● ASSIGNED TASK:
When you reach the line containing "#47=ORIENTED_EDGE('',*,*,#33,.T.);" in the data below, begin returning lines exactly as written, and stop once the line containing "# FreeCAD 1.0 macro for this part" has been returned.

Start of SUPPLIED MATERIAL

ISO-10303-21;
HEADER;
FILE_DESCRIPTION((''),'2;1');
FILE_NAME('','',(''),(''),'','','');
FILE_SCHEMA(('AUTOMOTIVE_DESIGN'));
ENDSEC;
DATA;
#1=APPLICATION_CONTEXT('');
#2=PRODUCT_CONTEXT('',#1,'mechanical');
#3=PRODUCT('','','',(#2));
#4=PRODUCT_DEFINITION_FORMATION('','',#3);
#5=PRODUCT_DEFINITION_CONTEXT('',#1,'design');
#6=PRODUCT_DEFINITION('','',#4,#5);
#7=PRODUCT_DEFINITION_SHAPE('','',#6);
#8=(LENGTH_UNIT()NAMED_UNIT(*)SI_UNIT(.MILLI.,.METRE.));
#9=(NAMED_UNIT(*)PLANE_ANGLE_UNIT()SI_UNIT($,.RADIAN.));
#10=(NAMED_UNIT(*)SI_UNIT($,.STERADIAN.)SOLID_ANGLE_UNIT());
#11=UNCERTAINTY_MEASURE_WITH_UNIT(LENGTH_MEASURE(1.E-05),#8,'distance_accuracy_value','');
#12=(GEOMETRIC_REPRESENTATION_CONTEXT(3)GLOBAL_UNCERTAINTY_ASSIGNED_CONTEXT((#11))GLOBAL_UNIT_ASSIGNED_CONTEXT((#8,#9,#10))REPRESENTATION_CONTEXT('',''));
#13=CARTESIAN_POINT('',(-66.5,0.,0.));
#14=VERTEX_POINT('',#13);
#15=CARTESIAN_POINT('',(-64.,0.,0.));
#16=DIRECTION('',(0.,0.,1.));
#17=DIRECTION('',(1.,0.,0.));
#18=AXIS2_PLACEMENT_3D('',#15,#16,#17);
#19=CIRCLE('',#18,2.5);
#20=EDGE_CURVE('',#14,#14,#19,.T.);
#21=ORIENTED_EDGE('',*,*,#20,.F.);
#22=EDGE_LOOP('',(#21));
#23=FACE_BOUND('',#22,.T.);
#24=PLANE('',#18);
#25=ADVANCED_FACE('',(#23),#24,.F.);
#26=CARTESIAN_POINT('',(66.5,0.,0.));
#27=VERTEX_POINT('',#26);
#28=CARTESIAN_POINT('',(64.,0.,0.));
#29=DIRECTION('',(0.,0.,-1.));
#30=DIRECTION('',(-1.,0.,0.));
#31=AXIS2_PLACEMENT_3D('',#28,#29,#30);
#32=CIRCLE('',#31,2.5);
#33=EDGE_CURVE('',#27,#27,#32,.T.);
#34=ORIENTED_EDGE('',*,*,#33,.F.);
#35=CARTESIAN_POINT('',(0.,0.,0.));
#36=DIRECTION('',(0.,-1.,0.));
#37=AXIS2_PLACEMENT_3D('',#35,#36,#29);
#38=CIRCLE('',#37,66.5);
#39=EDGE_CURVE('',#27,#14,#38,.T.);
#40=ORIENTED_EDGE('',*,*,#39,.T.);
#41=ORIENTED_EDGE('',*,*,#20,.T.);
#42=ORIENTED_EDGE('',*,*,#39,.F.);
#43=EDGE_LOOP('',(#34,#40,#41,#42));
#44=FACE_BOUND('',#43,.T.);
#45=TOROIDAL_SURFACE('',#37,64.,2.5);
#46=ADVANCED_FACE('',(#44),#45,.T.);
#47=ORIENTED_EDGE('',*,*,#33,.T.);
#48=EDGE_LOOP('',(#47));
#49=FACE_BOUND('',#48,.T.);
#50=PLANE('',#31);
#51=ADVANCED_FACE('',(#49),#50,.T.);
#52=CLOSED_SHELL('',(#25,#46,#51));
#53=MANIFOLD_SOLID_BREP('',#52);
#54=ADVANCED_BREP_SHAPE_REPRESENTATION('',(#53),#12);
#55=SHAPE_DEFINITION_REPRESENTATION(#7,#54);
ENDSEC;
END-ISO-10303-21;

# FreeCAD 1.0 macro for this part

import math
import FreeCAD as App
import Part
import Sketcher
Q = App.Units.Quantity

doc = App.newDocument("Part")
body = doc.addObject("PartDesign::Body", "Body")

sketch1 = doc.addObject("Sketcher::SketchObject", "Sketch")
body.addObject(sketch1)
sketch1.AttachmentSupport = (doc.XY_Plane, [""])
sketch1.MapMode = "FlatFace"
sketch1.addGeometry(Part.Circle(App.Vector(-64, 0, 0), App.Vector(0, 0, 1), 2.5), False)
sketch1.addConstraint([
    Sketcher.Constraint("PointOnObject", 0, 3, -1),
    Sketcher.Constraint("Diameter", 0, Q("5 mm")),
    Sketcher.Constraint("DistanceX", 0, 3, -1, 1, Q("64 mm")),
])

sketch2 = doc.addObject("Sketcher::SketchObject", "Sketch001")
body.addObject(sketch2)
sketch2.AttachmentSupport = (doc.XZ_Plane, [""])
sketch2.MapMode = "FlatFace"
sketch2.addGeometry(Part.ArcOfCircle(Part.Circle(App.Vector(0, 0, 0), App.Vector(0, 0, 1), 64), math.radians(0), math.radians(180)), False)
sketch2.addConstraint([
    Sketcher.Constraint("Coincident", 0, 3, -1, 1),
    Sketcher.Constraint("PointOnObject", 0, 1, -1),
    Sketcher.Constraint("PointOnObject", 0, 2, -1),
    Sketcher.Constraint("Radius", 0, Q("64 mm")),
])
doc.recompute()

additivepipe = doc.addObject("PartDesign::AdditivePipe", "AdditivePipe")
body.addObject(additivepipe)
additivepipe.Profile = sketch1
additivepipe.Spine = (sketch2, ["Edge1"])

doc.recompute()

End of SUPPLIED MATERIAL
Start of SUPPLIED MATERIAL

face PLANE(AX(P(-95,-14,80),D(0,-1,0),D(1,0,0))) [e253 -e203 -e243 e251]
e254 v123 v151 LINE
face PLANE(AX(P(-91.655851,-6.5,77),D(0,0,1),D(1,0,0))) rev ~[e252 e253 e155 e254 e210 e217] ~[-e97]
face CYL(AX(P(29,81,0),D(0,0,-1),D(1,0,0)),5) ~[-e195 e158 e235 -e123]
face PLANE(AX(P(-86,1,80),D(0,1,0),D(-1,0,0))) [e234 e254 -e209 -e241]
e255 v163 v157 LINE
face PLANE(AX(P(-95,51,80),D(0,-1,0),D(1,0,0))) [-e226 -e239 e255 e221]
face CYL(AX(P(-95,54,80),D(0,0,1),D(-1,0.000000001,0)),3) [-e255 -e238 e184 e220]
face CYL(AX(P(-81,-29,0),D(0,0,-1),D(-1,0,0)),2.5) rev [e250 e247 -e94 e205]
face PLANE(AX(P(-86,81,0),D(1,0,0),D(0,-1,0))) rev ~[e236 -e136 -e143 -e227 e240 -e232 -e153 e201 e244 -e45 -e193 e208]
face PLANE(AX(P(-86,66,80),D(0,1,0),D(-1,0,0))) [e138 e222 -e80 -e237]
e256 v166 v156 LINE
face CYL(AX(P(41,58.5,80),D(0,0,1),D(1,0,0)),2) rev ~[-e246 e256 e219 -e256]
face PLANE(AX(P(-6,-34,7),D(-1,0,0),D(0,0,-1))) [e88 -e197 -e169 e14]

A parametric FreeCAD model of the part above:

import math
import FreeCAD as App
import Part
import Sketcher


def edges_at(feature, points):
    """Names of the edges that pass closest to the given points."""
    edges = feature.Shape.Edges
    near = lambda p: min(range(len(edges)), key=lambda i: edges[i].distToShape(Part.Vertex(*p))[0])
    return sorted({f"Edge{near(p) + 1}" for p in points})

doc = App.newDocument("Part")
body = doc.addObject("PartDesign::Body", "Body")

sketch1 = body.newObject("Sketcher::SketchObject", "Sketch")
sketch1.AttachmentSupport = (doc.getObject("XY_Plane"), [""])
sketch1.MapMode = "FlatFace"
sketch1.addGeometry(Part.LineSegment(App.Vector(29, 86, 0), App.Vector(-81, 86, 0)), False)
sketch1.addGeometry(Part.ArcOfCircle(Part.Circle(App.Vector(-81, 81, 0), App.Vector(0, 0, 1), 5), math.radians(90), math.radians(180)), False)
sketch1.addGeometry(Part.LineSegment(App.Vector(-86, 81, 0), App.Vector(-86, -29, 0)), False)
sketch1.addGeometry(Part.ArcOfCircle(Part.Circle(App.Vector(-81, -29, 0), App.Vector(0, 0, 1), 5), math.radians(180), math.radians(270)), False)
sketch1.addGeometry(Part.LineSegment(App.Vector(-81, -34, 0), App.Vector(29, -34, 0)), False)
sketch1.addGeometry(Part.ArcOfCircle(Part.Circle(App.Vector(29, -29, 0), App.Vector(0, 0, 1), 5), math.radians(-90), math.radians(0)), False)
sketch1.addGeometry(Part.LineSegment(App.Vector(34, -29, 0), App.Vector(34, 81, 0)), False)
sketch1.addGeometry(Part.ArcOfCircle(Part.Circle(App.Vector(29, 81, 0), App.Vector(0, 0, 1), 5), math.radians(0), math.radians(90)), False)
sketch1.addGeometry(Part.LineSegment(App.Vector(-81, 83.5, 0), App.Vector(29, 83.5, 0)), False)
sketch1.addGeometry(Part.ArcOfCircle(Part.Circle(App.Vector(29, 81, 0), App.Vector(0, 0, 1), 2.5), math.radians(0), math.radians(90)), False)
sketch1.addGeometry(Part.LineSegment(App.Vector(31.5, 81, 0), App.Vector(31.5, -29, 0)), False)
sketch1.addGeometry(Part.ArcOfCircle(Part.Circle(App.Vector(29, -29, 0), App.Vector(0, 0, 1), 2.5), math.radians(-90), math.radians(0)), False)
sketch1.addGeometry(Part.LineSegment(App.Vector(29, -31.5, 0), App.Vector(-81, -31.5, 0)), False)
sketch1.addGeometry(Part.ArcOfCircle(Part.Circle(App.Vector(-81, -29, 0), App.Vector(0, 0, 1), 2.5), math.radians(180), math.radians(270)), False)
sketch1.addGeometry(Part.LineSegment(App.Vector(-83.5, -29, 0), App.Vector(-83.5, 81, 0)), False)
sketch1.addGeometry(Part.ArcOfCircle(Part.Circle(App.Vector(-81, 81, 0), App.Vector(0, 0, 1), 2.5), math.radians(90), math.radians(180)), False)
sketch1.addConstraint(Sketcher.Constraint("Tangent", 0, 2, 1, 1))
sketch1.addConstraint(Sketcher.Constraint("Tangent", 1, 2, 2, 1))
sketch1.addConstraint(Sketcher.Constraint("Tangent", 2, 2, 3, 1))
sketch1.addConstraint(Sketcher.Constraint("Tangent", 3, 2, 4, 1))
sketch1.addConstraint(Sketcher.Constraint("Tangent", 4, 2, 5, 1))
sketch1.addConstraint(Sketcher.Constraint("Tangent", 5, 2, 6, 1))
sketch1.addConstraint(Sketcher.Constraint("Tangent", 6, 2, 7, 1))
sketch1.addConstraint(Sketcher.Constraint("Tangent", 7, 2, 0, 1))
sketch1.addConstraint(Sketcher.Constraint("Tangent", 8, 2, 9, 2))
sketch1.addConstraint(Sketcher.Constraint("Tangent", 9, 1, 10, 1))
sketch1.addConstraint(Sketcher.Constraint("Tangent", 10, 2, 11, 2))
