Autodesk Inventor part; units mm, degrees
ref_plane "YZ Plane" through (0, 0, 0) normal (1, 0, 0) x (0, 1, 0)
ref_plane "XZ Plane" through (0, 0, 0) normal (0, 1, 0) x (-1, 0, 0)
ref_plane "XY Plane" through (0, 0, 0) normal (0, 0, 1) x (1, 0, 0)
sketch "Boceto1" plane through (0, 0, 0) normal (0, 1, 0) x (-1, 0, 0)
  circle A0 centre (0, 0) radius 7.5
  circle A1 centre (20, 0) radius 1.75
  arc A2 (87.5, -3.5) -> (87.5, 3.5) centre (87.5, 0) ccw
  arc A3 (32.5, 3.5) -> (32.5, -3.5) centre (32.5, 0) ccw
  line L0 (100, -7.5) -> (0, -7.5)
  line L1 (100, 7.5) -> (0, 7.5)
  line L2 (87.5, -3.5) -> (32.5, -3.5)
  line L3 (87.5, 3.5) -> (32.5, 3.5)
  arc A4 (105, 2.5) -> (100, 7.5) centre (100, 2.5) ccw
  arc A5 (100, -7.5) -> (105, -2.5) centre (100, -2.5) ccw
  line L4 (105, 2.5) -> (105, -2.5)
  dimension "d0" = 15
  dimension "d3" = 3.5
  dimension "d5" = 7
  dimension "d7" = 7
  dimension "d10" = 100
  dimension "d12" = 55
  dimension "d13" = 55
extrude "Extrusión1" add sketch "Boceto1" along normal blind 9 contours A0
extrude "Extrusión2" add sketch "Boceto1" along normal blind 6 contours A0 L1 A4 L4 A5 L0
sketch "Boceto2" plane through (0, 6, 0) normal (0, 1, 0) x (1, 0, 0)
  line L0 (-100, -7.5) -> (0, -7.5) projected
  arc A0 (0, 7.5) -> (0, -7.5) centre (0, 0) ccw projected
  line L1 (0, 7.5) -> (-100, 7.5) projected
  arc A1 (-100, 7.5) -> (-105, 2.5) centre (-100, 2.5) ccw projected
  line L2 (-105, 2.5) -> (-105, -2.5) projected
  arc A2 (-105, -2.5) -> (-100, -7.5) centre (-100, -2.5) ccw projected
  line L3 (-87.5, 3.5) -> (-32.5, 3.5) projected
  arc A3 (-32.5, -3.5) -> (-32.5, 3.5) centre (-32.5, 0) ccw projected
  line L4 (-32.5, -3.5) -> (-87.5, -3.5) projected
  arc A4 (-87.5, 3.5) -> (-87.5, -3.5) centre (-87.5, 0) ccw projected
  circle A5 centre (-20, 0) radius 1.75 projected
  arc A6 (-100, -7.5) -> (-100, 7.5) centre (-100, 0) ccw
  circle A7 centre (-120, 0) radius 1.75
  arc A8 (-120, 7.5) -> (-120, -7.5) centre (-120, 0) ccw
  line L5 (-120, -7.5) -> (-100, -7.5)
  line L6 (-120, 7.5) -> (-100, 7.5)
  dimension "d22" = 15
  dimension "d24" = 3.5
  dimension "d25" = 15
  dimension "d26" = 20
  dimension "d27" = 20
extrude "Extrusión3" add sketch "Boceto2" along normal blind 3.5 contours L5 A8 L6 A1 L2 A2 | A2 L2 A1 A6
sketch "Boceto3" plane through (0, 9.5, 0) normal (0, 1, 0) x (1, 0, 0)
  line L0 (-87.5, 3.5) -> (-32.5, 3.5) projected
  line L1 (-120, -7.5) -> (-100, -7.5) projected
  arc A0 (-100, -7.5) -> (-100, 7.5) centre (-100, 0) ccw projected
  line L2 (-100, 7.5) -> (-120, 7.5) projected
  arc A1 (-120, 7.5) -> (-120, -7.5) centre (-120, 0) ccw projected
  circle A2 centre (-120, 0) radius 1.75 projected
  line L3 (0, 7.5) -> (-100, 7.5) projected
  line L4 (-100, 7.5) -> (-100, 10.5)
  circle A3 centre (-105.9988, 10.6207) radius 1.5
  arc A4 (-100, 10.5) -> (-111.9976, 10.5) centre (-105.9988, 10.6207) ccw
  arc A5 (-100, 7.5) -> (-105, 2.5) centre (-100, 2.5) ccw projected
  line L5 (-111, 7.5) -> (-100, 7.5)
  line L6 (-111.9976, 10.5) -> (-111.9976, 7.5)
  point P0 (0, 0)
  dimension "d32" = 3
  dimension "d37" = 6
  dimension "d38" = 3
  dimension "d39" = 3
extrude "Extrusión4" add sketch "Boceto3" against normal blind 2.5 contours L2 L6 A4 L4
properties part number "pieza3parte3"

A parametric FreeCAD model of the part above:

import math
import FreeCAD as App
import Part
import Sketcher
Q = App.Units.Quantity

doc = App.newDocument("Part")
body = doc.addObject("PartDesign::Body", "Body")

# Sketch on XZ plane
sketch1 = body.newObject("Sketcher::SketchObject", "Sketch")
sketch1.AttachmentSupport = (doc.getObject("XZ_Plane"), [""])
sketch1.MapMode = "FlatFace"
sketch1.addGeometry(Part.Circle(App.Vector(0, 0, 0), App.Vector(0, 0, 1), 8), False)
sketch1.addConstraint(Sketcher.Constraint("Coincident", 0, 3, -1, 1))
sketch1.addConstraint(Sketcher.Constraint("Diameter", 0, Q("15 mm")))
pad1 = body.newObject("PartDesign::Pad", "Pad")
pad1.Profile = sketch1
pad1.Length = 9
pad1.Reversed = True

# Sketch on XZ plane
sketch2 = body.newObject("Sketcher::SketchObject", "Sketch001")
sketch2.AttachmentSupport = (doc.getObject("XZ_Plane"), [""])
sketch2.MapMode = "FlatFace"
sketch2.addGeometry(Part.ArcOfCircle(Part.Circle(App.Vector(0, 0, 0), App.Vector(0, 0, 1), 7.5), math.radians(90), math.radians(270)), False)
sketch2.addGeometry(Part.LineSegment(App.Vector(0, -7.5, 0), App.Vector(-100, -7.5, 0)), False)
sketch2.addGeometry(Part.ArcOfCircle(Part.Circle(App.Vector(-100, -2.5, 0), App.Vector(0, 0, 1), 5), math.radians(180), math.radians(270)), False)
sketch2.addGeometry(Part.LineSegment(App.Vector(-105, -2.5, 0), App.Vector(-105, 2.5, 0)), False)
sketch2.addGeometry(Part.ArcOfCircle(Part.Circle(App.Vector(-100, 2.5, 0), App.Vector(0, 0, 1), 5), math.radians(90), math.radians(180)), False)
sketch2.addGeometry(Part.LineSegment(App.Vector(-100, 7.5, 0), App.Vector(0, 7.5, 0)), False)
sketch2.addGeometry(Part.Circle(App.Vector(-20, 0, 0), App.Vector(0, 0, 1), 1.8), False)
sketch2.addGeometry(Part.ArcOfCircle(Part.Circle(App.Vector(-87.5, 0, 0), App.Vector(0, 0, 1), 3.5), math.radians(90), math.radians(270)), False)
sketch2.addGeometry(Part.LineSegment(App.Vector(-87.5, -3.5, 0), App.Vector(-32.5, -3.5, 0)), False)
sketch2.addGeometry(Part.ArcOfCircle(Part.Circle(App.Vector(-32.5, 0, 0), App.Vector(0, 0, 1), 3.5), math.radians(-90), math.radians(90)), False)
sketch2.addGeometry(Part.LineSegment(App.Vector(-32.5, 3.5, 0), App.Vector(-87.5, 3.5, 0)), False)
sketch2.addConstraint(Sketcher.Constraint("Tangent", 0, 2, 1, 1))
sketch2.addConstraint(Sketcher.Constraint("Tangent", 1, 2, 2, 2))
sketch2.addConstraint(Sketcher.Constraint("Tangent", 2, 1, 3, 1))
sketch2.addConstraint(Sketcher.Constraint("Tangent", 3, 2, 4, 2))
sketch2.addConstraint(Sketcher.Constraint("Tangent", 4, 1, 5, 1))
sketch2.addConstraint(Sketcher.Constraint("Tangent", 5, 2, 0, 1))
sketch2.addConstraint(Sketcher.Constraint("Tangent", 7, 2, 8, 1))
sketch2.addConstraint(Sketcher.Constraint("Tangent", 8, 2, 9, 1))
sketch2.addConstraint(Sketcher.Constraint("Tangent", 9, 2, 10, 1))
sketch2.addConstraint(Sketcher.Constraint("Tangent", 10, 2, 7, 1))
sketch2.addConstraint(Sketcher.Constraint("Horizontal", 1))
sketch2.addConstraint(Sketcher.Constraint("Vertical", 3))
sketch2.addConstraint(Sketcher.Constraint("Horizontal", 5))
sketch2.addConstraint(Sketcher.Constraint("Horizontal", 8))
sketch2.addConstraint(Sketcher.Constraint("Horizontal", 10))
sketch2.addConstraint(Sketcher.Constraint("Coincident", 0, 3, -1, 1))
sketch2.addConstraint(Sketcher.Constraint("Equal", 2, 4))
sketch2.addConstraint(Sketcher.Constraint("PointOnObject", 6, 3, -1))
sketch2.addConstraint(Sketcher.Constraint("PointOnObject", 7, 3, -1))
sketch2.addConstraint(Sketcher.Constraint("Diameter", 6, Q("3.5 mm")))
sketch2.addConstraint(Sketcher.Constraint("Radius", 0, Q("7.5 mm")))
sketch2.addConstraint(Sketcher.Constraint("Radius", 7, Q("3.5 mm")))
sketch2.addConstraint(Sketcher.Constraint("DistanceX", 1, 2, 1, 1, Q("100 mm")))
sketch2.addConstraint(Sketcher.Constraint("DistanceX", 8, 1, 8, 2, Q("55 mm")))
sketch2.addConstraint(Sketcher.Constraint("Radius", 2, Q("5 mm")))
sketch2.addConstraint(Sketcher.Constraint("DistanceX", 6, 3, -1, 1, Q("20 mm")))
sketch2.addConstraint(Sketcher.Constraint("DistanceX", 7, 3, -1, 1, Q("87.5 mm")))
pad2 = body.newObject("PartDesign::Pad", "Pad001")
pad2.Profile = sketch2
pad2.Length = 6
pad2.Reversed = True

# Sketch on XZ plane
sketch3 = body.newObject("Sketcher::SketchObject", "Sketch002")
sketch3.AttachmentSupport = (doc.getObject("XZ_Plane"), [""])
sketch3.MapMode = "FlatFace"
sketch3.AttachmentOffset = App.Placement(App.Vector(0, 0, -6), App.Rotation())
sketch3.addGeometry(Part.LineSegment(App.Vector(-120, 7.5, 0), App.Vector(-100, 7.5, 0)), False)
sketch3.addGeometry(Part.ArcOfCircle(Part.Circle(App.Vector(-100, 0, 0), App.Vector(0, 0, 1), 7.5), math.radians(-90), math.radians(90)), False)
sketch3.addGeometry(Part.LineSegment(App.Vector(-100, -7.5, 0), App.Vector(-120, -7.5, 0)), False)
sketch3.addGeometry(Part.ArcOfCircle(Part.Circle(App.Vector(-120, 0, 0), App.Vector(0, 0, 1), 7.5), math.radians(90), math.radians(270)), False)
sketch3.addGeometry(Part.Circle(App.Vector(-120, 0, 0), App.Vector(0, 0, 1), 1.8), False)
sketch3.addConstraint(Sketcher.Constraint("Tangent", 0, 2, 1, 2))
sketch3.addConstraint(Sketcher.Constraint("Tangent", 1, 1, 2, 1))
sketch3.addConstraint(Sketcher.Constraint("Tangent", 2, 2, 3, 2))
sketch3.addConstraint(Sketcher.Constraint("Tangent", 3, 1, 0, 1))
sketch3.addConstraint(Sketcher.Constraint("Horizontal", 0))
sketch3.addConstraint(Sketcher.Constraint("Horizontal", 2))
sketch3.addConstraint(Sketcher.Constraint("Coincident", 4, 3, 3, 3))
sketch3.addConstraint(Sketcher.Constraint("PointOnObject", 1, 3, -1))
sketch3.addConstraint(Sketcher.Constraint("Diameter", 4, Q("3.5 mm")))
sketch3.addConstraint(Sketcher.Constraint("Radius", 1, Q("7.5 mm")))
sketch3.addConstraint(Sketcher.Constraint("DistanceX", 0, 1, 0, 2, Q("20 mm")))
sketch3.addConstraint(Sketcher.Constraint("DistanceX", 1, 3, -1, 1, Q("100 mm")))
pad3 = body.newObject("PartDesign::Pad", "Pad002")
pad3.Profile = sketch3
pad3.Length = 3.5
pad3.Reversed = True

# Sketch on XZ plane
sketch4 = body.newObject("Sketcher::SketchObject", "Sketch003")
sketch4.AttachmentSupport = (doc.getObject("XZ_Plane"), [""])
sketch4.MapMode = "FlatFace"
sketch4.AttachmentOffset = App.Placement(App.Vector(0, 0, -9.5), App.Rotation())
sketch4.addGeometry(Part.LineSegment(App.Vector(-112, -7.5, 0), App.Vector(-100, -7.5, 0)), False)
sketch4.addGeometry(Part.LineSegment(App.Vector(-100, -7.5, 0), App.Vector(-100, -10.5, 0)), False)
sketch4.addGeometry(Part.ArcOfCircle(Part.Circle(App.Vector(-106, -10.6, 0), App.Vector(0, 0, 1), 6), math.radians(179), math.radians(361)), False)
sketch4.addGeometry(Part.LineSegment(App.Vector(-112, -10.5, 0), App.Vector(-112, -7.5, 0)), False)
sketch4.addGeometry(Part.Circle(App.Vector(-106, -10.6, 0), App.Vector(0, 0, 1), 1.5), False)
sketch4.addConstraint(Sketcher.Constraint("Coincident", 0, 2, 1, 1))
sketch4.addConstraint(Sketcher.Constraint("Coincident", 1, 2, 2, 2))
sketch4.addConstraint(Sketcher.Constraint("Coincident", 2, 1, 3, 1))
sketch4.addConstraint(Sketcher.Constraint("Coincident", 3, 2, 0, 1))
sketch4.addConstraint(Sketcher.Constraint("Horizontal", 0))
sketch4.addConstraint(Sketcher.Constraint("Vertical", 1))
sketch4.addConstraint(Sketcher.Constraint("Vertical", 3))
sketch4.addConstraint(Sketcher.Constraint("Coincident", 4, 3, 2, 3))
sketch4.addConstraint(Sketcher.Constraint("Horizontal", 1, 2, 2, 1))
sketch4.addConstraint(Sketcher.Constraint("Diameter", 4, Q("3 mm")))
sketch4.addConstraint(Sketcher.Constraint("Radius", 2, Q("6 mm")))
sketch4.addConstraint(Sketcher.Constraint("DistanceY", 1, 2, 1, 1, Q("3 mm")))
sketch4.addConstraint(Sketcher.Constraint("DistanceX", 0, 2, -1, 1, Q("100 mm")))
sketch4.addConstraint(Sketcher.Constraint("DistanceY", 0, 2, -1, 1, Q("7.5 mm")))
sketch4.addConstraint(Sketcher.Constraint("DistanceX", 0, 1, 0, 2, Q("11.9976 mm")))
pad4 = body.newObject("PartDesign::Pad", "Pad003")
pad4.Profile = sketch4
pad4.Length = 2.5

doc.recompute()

End of SUPPLIED MATERIAL

● SOLUTION TO THIS EXERCISE:
#47=ORIENTED_EDGE('',*,*,#33,.T.);
#48=EDGE_LOOP('',(#47));
#49=FACE_BOUND('',#48,.T.);
#50=PLANE('',#31);
#51=ADVANCED_FACE('',(#49),#50,.T.);
#52=CLOSED_SHELL('',(#25,#46,#51));
#53=MANIFOLD_SOLID_BREP('',#52);
#54=ADVANCED_BREP_SHAPE_REPRESENTATION('',(#53),#12);
#55=SHAPE_DEFINITION_REPRESENTATION(#7,#54);
ENDSEC;
END-ISO-10303-21;

# FreeCAD 1.0 macro for this part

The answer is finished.